Der §175 ein Ausdruck des Hasses, gegen Homosexuelle auch selbst nach Ende des Krieges weiter als Gesetz der BRD geltend, erst 1989 vollständig abgeschafft, ist für uns kein Grund zum schweigen. Der sich nicht der heterosexuellen Norm anpassende Mann, ist auch heute noch starken Diskriminierungen ausgesetzt. „Schwul“ ist heute wiedermal oder immer noch
ein Schimpfwort. Dies zeigt die geistige und moralische Unreife die auch nach den schrecklichen Taten der Nationalsozialisten, immer noch nicht angekommen scheint.

Wer sich nicht anpasst,
Wer sich nicht nach Klischees abstempeln lässt,
Wer sein eigenes Leben lebt,
Der wird nach alldem immer noch ausgegrenzt und als minderwertig betrachtet,
als „ekelhaft“ und „widernatürlich“ beschimpft.

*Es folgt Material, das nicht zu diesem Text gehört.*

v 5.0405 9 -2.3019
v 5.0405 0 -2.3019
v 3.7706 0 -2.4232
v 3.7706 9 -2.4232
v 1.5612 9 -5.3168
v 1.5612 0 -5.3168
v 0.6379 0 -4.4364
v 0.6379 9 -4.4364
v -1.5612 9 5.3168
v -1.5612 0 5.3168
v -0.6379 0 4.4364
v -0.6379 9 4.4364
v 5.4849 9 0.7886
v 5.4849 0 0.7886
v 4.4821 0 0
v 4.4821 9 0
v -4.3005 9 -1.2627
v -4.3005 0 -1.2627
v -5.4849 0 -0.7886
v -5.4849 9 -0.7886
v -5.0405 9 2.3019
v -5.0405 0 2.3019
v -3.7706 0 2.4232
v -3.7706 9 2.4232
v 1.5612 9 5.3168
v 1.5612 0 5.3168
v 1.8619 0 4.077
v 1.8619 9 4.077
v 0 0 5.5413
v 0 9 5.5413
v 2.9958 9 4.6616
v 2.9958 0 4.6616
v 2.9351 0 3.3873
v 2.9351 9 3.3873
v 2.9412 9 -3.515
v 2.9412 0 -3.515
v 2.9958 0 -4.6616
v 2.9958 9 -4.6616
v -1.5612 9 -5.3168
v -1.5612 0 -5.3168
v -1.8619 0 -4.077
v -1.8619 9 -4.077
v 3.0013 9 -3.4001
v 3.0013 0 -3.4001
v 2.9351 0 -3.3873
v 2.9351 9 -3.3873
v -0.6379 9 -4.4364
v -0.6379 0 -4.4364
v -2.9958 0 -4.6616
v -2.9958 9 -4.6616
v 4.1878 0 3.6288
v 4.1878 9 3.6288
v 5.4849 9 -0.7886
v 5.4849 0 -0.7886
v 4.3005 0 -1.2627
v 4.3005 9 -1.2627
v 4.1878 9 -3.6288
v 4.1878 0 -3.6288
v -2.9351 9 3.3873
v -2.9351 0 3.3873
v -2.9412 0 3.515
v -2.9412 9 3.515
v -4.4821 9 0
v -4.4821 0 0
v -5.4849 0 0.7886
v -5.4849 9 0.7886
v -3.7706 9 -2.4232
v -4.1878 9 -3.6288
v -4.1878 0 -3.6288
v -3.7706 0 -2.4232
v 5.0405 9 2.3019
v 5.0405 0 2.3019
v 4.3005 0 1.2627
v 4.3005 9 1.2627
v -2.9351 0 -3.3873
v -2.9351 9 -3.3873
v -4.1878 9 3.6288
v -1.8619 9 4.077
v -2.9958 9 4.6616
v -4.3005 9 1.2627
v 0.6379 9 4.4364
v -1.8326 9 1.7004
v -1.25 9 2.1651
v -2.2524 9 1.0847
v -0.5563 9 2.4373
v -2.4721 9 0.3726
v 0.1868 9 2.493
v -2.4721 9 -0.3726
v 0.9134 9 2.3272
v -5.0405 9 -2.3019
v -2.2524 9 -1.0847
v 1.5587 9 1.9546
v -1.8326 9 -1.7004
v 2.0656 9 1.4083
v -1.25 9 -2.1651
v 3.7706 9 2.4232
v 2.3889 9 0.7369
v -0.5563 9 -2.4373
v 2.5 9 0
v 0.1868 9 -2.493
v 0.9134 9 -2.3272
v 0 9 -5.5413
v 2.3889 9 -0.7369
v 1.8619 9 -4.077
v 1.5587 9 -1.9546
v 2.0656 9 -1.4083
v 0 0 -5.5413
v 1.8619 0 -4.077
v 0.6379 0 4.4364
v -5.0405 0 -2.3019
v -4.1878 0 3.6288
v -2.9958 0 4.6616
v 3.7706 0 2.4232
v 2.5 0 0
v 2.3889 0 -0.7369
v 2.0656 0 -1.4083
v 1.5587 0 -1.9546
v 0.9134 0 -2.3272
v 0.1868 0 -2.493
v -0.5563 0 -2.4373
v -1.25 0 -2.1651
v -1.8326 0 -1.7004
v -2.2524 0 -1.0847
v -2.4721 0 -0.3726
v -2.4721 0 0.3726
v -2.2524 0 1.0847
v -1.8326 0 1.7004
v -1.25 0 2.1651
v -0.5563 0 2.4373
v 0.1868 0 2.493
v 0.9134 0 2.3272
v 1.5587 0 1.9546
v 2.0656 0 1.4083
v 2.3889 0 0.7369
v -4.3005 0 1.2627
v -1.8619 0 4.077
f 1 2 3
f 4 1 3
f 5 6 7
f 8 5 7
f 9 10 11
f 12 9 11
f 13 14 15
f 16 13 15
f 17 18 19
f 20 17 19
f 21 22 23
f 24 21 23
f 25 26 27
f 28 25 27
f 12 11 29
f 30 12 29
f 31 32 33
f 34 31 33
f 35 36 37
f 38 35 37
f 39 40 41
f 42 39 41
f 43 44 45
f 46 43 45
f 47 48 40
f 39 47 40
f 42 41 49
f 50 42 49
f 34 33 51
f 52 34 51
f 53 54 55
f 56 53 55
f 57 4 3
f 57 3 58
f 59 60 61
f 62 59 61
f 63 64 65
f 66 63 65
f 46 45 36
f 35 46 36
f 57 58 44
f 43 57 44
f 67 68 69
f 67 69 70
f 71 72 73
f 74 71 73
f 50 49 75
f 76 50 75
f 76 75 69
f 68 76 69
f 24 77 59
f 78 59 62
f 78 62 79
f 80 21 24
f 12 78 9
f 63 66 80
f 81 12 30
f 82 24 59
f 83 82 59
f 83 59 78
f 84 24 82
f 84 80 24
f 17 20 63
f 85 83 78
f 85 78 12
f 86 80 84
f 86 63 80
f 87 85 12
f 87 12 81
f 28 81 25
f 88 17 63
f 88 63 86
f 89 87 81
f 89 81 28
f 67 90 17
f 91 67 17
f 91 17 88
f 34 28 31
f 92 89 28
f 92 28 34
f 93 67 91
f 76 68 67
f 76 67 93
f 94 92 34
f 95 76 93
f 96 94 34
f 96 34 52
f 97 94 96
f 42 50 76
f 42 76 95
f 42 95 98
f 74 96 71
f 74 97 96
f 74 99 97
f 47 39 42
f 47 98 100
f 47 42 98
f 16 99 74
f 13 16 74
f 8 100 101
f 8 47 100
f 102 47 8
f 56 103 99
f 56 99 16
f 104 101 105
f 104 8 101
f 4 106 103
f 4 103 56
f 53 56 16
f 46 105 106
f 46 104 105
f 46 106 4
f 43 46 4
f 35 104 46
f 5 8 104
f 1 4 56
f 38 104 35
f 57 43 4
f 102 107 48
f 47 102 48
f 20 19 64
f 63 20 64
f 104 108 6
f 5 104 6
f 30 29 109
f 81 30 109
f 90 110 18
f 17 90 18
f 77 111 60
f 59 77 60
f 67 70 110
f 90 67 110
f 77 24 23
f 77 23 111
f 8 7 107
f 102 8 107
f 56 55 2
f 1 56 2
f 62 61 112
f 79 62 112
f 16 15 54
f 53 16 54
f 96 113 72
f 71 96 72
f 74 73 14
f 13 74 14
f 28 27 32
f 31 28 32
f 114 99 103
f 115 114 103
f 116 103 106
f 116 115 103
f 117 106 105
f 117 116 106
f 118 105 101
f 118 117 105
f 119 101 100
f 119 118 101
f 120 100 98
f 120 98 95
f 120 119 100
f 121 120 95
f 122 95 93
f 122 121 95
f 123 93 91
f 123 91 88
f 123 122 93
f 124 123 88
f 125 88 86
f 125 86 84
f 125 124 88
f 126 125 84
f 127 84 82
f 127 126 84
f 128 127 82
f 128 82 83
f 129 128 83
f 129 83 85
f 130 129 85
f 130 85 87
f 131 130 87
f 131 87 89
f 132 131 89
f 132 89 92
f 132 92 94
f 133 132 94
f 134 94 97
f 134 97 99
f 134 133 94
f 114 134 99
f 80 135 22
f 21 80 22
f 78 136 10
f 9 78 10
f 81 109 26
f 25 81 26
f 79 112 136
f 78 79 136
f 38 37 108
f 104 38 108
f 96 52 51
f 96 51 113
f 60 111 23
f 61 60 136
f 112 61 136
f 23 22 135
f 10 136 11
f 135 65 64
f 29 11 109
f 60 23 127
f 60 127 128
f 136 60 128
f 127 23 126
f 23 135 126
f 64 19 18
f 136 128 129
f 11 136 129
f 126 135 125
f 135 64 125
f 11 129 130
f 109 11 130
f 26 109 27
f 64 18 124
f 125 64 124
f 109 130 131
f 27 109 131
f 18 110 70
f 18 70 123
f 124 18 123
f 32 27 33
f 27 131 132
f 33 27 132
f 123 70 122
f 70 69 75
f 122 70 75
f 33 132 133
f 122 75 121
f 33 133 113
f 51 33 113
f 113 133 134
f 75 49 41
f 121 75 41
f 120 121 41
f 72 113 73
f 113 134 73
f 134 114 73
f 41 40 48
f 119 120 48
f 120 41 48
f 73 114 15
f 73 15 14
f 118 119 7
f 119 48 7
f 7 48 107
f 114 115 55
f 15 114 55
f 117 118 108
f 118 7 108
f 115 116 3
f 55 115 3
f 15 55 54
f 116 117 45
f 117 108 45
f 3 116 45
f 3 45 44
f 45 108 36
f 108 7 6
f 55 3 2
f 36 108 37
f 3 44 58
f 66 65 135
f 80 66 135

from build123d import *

# Parameters (mm, degrees)
SKETCH1_R           = 2.5
BOSS_EXTRUDE1_DEPTH = 9


with BuildPart() as part:
    # Sketch1 → Boss-Extrude1 (new body)
    with BuildSketch(Plane(origin=(0, 0, 0), x_dir=(1, 0, 0), z_dir=(0, 1, 0))):
        Polygon((1.561153305, 5.316799887), (0.637864624, 4.436445909), (0, 5.541259846), (-0.637864624, 4.436445909), (-1.561153305, 5.316799887), (-1.861917874, 4.077031446), (-2.995831253, 4.661604422), (-2.935129611, 3.387320142), (-4.18780477, 3.62875349), (-3.770554603, 2.423188306), (-5.040507251, 2.301922531), (-4.300511685, 1.262744164), (-5.484857811, 0.788603499), (-4.482066887, 0), (-5.484857811, -0.788603499), (-4.300511685, -1.262744164), (-5.040507251, -2.301922531), (-3.770554603, -2.423188306), (-4.18780477, -3.62875349), (-2.935129611, -3.387320142), (-2.941213111, -3.515028519), (-2.995831253, -4.661604422), (-1.861917874, -4.077031446), (-1.561153305, -5.316799887), (-0.637864624, -4.436445909), (0, -5.541259846), (0.637864624, -4.436445909), (1.561153305, -5.316799887), (1.861917874, -4.077031446), (2.995831253, -4.661604422), (2.935129611, -3.387320142), (4.18780477, -3.62875349), (3.770554603, -2.423188306), (5.040507251, -2.301922531), (4.300511685, -1.262744164), (5.484857811, -0.788603499), (4.482066887, 0), (5.484857811, 0.788603499), (4.300511685, 1.262744164), (5.040507251, 2.301922531), (3.770554603, 2.423188306), (4.18780477, 3.62875349), (3.001290377, 3.400071585), (2.935129611, 3.387320142), (2.941213111, 3.515028519), (2.995831253, 4.661604422), (1.861917874, 4.077031446), align=None)
        Circle(SKETCH1_R, mode=Mode.SUBTRACT)
    extrude(amount=BOSS_EXTRUDE1_DEPTH)


solid = part.part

Wir gedenken der Verfolgten des Nationalsozialismus; heute besonders derer, die aufgrund ihrer Sexualität verfolgt und ermordet wurden und seit dem immer wieder in den Hintergrund geraten.
Wir stehen für eine Entwicklung hin zu einer Gesellschaft, die frei ist vom „Schubladen-Denken“ und die frei ist von der Hetero-Norm, die in der heutigen Gesellschaft die individuelle Auslebung unseres Charakters und unseres Lifestyles verhindern!
Wir werden nicht zulassen, dass Homosexuelle auf die selbe Weise diskriminiert werden, wie während des Nationalsozialismus – der Faschismus gehört raus aus den Köpfen der Menschen!

Aus diesen Gründen haben wir gestern an vielen Orten in Mitte des gesellschaftlichen Lebens
Kerzen aufgestellt und Gedenkzettel angebracht um die Diskriminierung Homosexueller während des Hitler-Regimes anzuprangern. Gemeinsam trauern wir um die Verfolgten und Ermordeten, gemeinsam rufen wir zur Aktion gegen Homophobie auf!